Goal of the exercise: The entries below contain a stretch that opens with the line containing "#8=(LENGTH_UNIT()NAMED_UNIT(*)SI_UNIT(.MILLI.,.METRE.));" and closes with the line containing "#21=ORIENTED_EDGE('',*,*,#20,.F.);"; set down that stretch exactly, both ends included, and nothing else.

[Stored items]
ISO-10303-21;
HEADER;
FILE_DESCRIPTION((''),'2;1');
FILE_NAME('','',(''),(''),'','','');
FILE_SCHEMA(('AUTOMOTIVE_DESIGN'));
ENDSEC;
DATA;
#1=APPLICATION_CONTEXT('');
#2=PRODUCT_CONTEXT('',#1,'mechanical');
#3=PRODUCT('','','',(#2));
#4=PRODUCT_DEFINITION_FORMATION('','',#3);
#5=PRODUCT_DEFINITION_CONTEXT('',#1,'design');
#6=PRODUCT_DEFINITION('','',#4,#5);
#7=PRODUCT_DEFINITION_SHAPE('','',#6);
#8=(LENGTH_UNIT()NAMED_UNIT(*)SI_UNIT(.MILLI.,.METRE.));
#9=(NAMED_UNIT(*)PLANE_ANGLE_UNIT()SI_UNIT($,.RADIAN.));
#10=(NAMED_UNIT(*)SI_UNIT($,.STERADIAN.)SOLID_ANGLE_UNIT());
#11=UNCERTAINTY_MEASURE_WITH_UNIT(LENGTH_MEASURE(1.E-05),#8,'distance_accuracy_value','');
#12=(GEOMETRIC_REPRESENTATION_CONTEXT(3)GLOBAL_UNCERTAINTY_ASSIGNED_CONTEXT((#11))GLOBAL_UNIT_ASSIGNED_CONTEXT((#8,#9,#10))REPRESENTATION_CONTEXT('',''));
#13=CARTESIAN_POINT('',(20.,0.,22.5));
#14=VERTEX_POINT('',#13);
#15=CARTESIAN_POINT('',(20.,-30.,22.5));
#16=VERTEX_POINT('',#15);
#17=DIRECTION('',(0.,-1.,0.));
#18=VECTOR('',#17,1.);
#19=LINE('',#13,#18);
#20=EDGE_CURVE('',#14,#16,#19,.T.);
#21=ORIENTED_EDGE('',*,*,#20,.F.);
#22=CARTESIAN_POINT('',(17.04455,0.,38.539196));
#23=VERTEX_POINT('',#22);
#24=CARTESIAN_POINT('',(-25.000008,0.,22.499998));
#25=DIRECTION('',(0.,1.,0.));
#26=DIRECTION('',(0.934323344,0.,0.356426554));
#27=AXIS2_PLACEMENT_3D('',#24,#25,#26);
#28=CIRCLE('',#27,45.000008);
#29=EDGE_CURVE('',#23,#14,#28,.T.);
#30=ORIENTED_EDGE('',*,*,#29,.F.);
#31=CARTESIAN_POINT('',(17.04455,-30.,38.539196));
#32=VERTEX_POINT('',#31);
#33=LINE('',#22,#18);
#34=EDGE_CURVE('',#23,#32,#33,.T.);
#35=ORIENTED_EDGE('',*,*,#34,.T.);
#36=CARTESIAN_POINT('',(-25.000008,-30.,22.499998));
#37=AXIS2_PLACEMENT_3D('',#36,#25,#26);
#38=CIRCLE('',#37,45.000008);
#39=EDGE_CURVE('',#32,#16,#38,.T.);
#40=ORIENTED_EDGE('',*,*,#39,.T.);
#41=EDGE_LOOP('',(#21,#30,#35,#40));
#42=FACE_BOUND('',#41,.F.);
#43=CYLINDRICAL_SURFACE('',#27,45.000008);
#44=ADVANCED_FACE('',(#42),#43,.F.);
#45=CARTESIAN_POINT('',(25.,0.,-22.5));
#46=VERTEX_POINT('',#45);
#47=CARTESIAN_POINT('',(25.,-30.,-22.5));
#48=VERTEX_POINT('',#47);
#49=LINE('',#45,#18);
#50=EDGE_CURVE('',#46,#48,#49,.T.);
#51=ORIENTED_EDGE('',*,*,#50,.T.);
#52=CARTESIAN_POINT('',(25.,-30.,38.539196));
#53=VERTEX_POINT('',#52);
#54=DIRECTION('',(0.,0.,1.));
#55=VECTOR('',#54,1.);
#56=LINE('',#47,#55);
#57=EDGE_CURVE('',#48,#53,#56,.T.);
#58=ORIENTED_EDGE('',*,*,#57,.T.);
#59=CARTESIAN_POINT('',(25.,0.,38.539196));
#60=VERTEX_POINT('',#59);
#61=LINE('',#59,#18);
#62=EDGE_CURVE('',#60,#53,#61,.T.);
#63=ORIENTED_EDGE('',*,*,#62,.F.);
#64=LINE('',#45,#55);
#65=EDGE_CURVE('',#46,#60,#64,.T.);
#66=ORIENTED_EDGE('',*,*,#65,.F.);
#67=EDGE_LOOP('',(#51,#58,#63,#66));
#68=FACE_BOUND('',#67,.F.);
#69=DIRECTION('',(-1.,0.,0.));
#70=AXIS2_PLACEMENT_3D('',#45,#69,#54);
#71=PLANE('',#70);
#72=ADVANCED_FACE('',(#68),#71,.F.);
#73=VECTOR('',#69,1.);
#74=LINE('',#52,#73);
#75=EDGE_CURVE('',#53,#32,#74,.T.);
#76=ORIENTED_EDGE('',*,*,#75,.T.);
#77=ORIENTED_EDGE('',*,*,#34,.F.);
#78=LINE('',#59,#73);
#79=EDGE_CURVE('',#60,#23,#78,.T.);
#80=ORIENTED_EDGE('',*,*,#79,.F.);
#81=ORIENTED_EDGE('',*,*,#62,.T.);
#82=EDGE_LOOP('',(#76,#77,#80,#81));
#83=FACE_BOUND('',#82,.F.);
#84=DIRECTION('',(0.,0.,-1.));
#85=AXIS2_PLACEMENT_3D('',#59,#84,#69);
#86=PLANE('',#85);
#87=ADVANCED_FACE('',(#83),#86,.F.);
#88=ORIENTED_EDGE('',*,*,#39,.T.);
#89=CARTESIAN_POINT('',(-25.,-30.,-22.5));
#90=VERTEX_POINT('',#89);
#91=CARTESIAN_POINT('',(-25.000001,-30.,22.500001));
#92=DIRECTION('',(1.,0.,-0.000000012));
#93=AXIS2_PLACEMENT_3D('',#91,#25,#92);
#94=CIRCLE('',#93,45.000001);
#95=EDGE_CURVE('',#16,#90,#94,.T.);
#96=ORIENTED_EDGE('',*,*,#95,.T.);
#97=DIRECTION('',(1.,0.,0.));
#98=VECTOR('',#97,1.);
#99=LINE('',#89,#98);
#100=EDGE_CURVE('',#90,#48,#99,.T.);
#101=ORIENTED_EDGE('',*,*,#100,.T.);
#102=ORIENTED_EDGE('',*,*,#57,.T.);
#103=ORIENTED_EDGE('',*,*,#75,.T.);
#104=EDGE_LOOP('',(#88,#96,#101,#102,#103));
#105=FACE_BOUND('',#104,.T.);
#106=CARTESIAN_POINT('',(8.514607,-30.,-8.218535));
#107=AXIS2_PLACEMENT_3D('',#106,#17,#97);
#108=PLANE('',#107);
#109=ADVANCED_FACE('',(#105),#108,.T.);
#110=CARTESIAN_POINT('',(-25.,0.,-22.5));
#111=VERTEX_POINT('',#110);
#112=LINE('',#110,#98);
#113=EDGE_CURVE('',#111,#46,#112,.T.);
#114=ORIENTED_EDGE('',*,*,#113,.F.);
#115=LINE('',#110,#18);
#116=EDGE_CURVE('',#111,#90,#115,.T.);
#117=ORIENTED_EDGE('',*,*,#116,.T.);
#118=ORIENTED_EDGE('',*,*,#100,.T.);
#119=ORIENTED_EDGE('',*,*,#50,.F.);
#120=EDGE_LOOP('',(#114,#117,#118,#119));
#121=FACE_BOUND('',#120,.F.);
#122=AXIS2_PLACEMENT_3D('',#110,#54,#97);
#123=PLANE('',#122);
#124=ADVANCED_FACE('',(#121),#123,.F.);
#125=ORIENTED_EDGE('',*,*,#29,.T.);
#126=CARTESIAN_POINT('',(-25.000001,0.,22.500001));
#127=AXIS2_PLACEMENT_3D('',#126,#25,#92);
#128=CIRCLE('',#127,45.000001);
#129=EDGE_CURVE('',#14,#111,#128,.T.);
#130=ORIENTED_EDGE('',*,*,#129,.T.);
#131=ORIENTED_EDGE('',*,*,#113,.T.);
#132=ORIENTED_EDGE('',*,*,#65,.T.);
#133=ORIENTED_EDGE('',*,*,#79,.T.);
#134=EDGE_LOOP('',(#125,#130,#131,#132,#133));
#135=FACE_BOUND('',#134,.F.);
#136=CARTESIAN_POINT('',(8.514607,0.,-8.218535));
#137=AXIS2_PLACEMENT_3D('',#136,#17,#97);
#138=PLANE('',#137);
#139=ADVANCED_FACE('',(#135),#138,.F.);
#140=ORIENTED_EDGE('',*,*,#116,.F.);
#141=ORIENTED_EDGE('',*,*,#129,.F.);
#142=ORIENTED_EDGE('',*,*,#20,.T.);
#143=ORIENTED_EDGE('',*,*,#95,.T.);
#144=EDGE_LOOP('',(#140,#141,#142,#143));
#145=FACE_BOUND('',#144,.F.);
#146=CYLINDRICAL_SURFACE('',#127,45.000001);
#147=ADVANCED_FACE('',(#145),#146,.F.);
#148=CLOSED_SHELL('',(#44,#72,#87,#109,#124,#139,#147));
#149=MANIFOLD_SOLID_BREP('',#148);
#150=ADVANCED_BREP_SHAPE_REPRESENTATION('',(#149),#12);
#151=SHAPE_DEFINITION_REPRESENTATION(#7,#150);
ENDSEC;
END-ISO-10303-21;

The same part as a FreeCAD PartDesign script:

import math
import FreeCAD as App
import Part
import Sketcher
Q = App.Units.Quantity

doc = App.newDocument("Part")
params = doc.addObject("Spreadsheet::Sheet", "Params")
for row, (alias, value) in enumerate([
    ("sketch1_radius", "45.000001 mm"),
    ("sketch1_width", "50 mm"),
    ("pad1_length", "30 mm"),
], start=1):
    params.set(f"A{row}", alias)
    params.set(f"B{row}", "=" + value)
    params.setAlias(f"B{row}", alias)

body = doc.addObject("PartDesign::Body", "Body")

# Sketch on XZ plane
sketch1 = doc.addObject("Sketcher::SketchObject", "Sketch")
body.addObject(sketch1)
sketch1.AttachmentSupport = (doc.XZ_Plane, [""])
sketch1.MapMode = "FlatFace"
sketch1.addGeometry([
    Part.ArcOfCircle(Part.Circle(App.Vector(-25.000001, 22.500001, 0), App.Vector(0, 0, 1), 45.000001), math.radians(-89.999999), math.radians(-0.000001)),  # 0
    Part.LineSegment(App.Vector(-25, -22.5, 0), App.Vector(25, -22.5, 0)),  # 1
    Part.LineSegment(App.Vector(25, -22.5, 0), App.Vector(25, 38.539196, 0)),  # 2
    Part.LineSegment(App.Vector(25, 38.539196, 0), App.Vector(17.04455, 38.539196, 0)),  # 3
    Part.ArcOfCircle(Part.Circle(App.Vector(-25.000008, 22.499998, 0), App.Vector(0, 0, 1), 45.000008), math.radians(0.000002), math.radians(20.8809)),  # 4
], False)
sketch1.addConstraint([
    Sketcher.Constraint("Tangent", 0, 1, 1, 1),
    Sketcher.Constraint("Coincident", 1, 2, 2, 1),
    Sketcher.Constraint("Coincident", 2, 2, 3, 1),
    Sketcher.Constraint("Coincident", 3, 2, 4, 2),
    Sketcher.Constraint("Tangent", 4, 1, 0, 2),
    Sketcher.Constraint("Horizontal", 1),
    Sketcher.Constraint("Vertical", 2),
    Sketcher.Constraint("Horizontal", 3),
    Sketcher.Constraint("Horizontal", 0, 3, 4, 1),
    Sketcher.Constraint("Radius", 0, Q("45.000001 mm")),
    Sketcher.Constraint("DistanceX", 1, 1, 1, 2, Q("50 mm")),
    Sketcher.Constraint("DistanceX", 0, 3, -1, 1, Q("25.000001 mm")),
    Sketcher.Constraint("DistanceY", -1, 1, 0, 3, Q("22.500001 mm")),
    Sketcher.Constraint("Radius", 4, Q("45.000008 mm")),
    Sketcher.Constraint("DistanceX", 3, 2, 3, 1, Q("7.95545 mm")),
])
sketch1.setExpression("Constraints[9]", "Params.sketch1_radius")
sketch1.setExpression("Constraints[10]", "Params.sketch1_width")
pad1 = doc.addObject("PartDesign::Pad", "Pad")
body.addObject(pad1)
pad1.Profile = sketch1
pad1.setExpression("Length", "Params.pad1_length")

doc.recompute()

Written solution:
#8=(LENGTH_UNIT()NAMED_UNIT(*)SI_UNIT(.MILLI.,.METRE.));
#9=(NAMED_UNIT(*)PLANE_ANGLE_UNIT()SI_UNIT($,.RADIAN.));
#10=(NAMED_UNIT(*)SI_UNIT($,.STERADIAN.)SOLID_ANGLE_UNIT());
#11=UNCERTAINTY_MEASURE_WITH_UNIT(LENGTH_MEASURE(1.E-05),#8,'distance_accuracy_value','');
#12=(GEOMETRIC_REPRESENTATION_CONTEXT(3)GLOBAL_UNCERTAINTY_ASSIGNED_CONTEXT((#11))GLOBAL_UNIT_ASSIGNED_CONTEXT((#8,#9,#10))REPRESENTATION_CONTEXT('',''));
#13=CARTESIAN_POINT('',(20.,0.,22.5));
#14=VERTEX_POINT('',#13);
#15=CARTESIAN_POINT('',(20.,-30.,22.5));
#16=VERTEX_POINT('',#15);
#17=DIRECTION('',(0.,-1.,0.));
#18=VECTOR('',#17,1.);
#19=LINE('',#13,#18);
#20=EDGE_CURVE('',#14,#16,#19,.T.);
#21=ORIENTED_EDGE('',*,*,#20,.F.);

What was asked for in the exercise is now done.